Can homological algebra be done with nonabelian groups? In particular, can homology or cohomology be defined on chain complexes of nonabelian groups? I know that Abelian categories are the choice settings for homological algebra, but the notions of kernel and cokernel (which seem to be all that is necessary to define homology) seem to make sense for nonabelian groups as well, if we define $\operatorname{coker}(f : G \to H)$ to be the quotient of $H$ by the normal subgroup generated by $\operatorname{im} f$.

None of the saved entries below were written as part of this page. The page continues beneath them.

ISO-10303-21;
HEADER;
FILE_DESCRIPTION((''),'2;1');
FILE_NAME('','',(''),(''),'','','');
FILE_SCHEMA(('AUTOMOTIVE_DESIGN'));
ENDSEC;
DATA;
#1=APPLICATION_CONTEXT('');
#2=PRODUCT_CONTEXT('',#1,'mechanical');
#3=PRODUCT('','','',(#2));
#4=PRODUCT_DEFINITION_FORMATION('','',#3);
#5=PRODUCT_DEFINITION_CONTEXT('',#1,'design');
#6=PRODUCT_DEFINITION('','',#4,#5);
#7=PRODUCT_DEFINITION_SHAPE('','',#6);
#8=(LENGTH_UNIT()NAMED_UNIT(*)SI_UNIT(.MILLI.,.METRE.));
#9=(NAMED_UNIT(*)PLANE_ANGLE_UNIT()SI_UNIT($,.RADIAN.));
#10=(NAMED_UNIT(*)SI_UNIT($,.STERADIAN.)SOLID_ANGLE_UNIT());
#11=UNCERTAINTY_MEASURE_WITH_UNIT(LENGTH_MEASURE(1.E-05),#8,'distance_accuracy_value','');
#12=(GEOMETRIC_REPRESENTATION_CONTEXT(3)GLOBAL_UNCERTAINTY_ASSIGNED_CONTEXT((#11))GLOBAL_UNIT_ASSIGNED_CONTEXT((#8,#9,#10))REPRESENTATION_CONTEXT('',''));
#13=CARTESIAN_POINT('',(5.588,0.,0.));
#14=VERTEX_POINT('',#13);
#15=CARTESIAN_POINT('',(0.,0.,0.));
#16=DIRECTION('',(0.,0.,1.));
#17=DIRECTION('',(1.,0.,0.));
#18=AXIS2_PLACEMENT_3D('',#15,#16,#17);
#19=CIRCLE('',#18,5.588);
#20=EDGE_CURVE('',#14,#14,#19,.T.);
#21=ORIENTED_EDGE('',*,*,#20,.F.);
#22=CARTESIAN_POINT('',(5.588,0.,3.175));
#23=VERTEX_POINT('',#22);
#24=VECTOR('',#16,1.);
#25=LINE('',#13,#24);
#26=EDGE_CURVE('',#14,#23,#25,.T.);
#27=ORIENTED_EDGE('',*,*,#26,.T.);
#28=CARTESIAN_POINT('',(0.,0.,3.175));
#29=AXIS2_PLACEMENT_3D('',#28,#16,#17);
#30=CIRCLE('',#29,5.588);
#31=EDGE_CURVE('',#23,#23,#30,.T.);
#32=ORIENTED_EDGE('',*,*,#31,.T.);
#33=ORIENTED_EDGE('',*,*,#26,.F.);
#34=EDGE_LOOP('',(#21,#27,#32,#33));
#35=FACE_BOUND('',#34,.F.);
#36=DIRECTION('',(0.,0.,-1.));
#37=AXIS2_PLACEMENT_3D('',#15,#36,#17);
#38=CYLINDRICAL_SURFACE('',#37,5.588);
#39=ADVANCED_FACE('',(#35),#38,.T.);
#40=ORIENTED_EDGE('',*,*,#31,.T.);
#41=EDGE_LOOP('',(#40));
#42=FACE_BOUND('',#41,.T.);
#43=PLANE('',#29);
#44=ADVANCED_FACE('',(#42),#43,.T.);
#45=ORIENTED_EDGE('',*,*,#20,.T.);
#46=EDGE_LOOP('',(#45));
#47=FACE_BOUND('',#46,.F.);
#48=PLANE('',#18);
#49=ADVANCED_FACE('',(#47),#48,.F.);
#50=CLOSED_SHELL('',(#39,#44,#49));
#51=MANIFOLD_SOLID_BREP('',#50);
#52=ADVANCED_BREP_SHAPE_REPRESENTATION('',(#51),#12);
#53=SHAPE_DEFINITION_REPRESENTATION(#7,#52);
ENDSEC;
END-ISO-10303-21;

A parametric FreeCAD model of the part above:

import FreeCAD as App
import Part
import Sketcher

V = App.Vector
Q = App.Units.Quantity

doc = App.newDocument("Part")
body = doc.addObject("PartDesign::Body", "Body")

# Sketch on XY plane
sketch1 = body.newObject("Sketcher::SketchObject", "Sketch")
sketch1.AttachmentSupport = (doc.getObject("XY_Plane"), [""])
sketch1.MapMode = "FlatFace"
sketch1.addGeometry(Part.Circle(V(0, 0, 0), V(0, 0, 1), 6), False)
sketch1.addConstraint([
    Sketcher.Constraint("Coincident", 0, 3, -1, 1),
    Sketcher.Constraint("Diameter", 0, Q("0.44 in")),
])
pad1 = body.newObject("PartDesign::Pad", "Pad")
pad1.Profile = sketch1
pad1.Length = Q("0.125 in")

doc.recompute()
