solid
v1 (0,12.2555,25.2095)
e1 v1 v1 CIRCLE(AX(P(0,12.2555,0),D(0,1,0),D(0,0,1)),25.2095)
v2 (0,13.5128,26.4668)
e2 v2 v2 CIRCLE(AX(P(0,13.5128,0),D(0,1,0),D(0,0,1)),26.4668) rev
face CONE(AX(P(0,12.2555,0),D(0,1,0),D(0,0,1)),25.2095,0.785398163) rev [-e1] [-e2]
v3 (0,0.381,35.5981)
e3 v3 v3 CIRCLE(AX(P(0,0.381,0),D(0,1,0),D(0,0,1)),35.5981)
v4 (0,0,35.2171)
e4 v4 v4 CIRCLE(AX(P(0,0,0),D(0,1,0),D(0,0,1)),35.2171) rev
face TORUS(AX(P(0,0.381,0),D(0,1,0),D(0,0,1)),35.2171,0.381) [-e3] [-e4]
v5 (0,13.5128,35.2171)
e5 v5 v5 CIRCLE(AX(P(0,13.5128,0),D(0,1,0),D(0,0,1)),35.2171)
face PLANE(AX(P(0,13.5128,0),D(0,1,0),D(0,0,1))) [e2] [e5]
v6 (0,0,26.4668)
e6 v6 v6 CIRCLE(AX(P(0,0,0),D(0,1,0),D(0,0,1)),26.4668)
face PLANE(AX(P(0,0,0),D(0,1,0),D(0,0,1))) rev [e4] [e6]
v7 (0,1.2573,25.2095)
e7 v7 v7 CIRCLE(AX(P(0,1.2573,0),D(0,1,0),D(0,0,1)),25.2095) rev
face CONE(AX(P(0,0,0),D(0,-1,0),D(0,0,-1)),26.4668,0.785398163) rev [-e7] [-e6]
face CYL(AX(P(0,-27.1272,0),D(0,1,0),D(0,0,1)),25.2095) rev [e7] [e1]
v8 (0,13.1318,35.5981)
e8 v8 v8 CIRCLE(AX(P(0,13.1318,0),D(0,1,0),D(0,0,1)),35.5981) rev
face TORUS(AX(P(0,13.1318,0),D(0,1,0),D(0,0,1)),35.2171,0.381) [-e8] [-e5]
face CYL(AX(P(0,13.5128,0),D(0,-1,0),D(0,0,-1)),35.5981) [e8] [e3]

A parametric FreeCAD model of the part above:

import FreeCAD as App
import Part
import Sketcher
from FreeCAD import Vector
Q = App.Units.Quantity


def edges_at(feature, points):
    """Names of the edges that pass closest to the given points."""
    edges = feature.Shape.Edges
    near = lambda p: min(range(len(edges)), key=lambda i: edges[i].distToShape(Part.Vertex(*p))[0])
    return sorted({f"Edge{near(p) + 1}" for p in points})

doc = App.newDocument("Part")
body = doc.addObject("PartDesign::Body", "Body")

# Sketch on XZ plane
sketch1 = body.newObject("Sketcher::SketchObject", "Sketch")
sketch1.AttachmentSupport = (doc.getObject("XZ_Plane"), [""])
sketch1.MapMode = "FlatFace"
sketch1.addGeometry(Part.Circle(Vector(0, 0, 0), Vector(0, 0, 1), 35.5981), False)
sketch1.addConstraint([
    Sketcher.Constraint("Coincident", 0, 3, -1, 1),
    Sketcher.Constraint("Diameter", 0, Q("2.803 in")),
])
pad1 = body.newObject("PartDesign::Pad", "Pad")
pad1.Profile = sketch1
pad1.Length = Q("0.532 in")
pad1.Reversed = True

# Sketch on XZ plane
sketch2 = body.newObject("Sketcher::SketchObject", "Sketch001")
sketch2.AttachmentSupport = (doc.getObject("XZ_Plane"), [""])
sketch2.MapMode = "FlatFace"
sketch2.AttachmentOffset = App.Placement(Vector(0, 0, -0.532 * 25.4), App.Rotation())
sketch2.addGeometry(Part.Circle(Vector(0, 0, 0), Vector(0, 0, 1), 25.2095), False)
sketch2.addConstraint([
    Sketcher.Constraint("Coincident", 0, 3, -1, 1),
    Sketcher.Constraint("Diameter", 0, Q("1.985 in")),
])
pocket1 = body.newObject("PartDesign::Pocket", "Pocket")
pocket1.Profile = sketch2
pocket1.Length = Q("1.6 in")
pocket1.Reversed = True
doc.recompute()

fillet = body.newObject("PartDesign::Fillet", "Fillet")
fillet.Base = (pocket1, edges_at(pocket1, [(-35.598, 13.513, 0)]))
fillet.Radius = Q("0.015 in")
doc.recompute()

fillet2 = body.newObject("PartDesign::Fillet", "Fillet001")
fillet2.Base = (fillet, edges_at(fillet, [(-35.598, 0, 0)]))
fillet2.Radius = Q("0.015 in")
doc.recompute()

chamfer = body.newObject("PartDesign::Chamfer", "Chamfer")
chamfer.Base = (fillet2, edges_at(fillet2, [(-25.209, 13.513, 0)]))
chamfer.Size = Q("0.0495 in")
doc.recompute()

chamfer2 = body.newObject("PartDesign::Chamfer", "Chamfer001")
chamfer2.Base = (chamfer, edges_at(chamfer, [(-25.209, 0, 0)]))
chamfer2.Size = Q("0.0495 in")

doc.recompute()
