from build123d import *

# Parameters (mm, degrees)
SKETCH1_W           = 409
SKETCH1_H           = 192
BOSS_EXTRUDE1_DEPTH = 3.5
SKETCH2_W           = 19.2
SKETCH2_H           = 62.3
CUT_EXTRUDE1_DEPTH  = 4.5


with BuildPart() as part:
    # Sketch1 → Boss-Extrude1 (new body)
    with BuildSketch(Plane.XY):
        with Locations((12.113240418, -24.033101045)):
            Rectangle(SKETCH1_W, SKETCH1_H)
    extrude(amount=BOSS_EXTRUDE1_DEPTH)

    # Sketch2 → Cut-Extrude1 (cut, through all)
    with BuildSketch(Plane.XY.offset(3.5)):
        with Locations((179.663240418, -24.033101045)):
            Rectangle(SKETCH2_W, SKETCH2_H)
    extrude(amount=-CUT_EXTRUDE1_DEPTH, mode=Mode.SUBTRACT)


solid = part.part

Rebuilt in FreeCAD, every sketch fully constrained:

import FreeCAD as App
import Part
import Sketcher


def add_polygon(sketch, points):
    """Adds a closed chain of lines whose ends are joined by coincident constraints."""
    first, n = sketch.GeometryCount, len(points)
    for a, b in zip(points, points[1:] + points[:1]):
        sketch.addGeometry(Part.LineSegment(App.Vector(*a, 0), App.Vector(*b, 0)), False)
    for i in range(n):
        sketch.addConstraint(Sketcher.Constraint("Coincident", first + i, 2, first + (i + 1) % n, 1))

doc = App.newDocument("Part")
params = doc.addObject("Spreadsheet::Sheet", "Params")
for row, (alias, value) in enumerate([
    ("sketch1_width", "409 mm"),
    ("sketch1_height", "192 mm"),
    ("pad1_length", "3.5 mm"),
    ("sketch2_width", "19.2 mm"),
    ("sketch2_height", "62.3 mm"),
], start=1):
    params.set(f"A{row}", alias)
    params.set(f"B{row}", "=" + value)
    params.setAlias(f"B{row}", alias)

body = doc.addObject("PartDesign::Body", "Body")

# Sketch on XY plane
sketch1 = doc.addObject("Sketcher::SketchObject", "Sketch")
body.addObject(sketch1)
sketch1.AttachmentSupport = (doc.XY_Plane, [""])
sketch1.MapMode = "FlatFace"
add_polygon(sketch1, [(-192, 72), (-192, -120), (217, -120), (217, 72)])  # lines 0-3
sketch1.addConstraint(Sketcher.Constraint("Vertical", 0))
sketch1.addConstraint(Sketcher.Constraint("Horizontal", 1))
sketch1.addConstraint(Sketcher.Constraint("Vertical", 2))
sketch1.addConstraint(Sketcher.Constraint("Horizontal", 3))
sketch1.addConstraint(Sketcher.Constraint("DistanceX", 1, 1, 1, 2, 409.0))
sketch1.addConstraint(Sketcher.Constraint("DistanceY", 0, 2, 0, 1, 192.0))
sketch1.addConstraint(Sketcher.Constraint("DistanceY", 0, 2, -1, 1, 120.033101))
sketch1.addConstraint(Sketcher.Constraint("DistanceX", 0, 2, -1, 1, 192.38676))
sketch1.setExpression("Constraints[8]", "Params.sketch1_width")
sketch1.setExpression("Constraints[9]", "Params.sketch1_height")
pad1 = doc.addObject("PartDesign::Pad", "Pad")
body.addObject(pad1)
pad1.Profile = sketch1
pad1.setExpression("Length", "Params.pad1_length")

# Sketch on XY plane
sketch2 = doc.addObject("Sketcher::SketchObject", "Sketch001")
body.addObject(sketch2)
sketch2.AttachmentSupport = (doc.XY_Plane, [""])
sketch2.MapMode = "FlatFace"
sketch2.AttachmentOffset = App.Placement(App.Vector(0, 0, 3.5), App.Rotation())
add_polygon(sketch2, [(170, 7), (170, -55), (189, -55), (189, 7)])  # lines 0-3
sketch2.addConstraint(Sketcher.Constraint("Vertical", 0))
sketch2.addConstraint(Sketcher.Constraint("Horizontal", 1))
sketch2.addConstraint(Sketcher.Constraint("Vertical", 2))
sketch2.addConstraint(Sketcher.Constraint("Horizontal", 3))
sketch2.addConstraint(Sketcher.Constraint("DistanceX", 1, 1, 1, 2, 19.2))
sketch2.addConstraint(Sketcher.Constraint("DistanceY", 0, 2, 0, 1, 62.3))
sketch2.addConstraint(Sketcher.Constraint("DistanceY", 0, 2, -1, 1, 55.183101))
sketch2.addConstraint(Sketcher.Constraint("DistanceX", -1, 1, 0, 2, 170.06324))
sketch2.setExpression("Constraints[8]", "Params.sketch2_width")
sketch2.setExpression("Constraints[9]", "Params.sketch2_height")
pocket1 = doc.addObject("PartDesign::Pocket", "Pocket")
body.addObject(pocket1)
pocket1.Profile = sketch2
pocket1.Type = "ThroughAll"

doc.recompute()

For example, given a sequence of nonabelian groups $$ \dotsb \to C_3 \xrightarrow{\partial_3} C_2 \xrightarrow{\partial_2} C_1 \xrightarrow{\partial_1} C_0 \to 0 $$ with $\partial_{n} \circ \partial_{n+1} = 0$, is it useful to define the homology groups $H_n(C_\bullet) = \ker \partial_n/N$, where $N$ is the normal subgroup generated by $\operatorname{im} \partial_{n+1}$? By useful I mean whether it respects homological algebra, assembles into useful long exact sequences, all the usual stuff.
There's no reason to expect this to be useful, and as far as I know it's not. An abstract conceptual way to think about where homological algebra comes from is the Dold-Kan correspondence, which says that nonnegatively graded chain complexes of abelian groups (for simplicity) are equivalent to simplicial abelian groups, and this equivalence sends the homology groups of a chain complex to the simplicial homotopy groups of the corresponding simplicial abelian group. Why you would care about simplicial abelian groups is a long story, but the short version is that they have the same homotopy theory as topological abelian groups.
The Dold-Kan correspondence is valid more generally with abelian groups replaced by an abelian category, but is not at all valid for groups: simplicial groups (which hav the same homotopy theory as topological groups, which are very interesting!) are much more complicated than chain complexes of groups.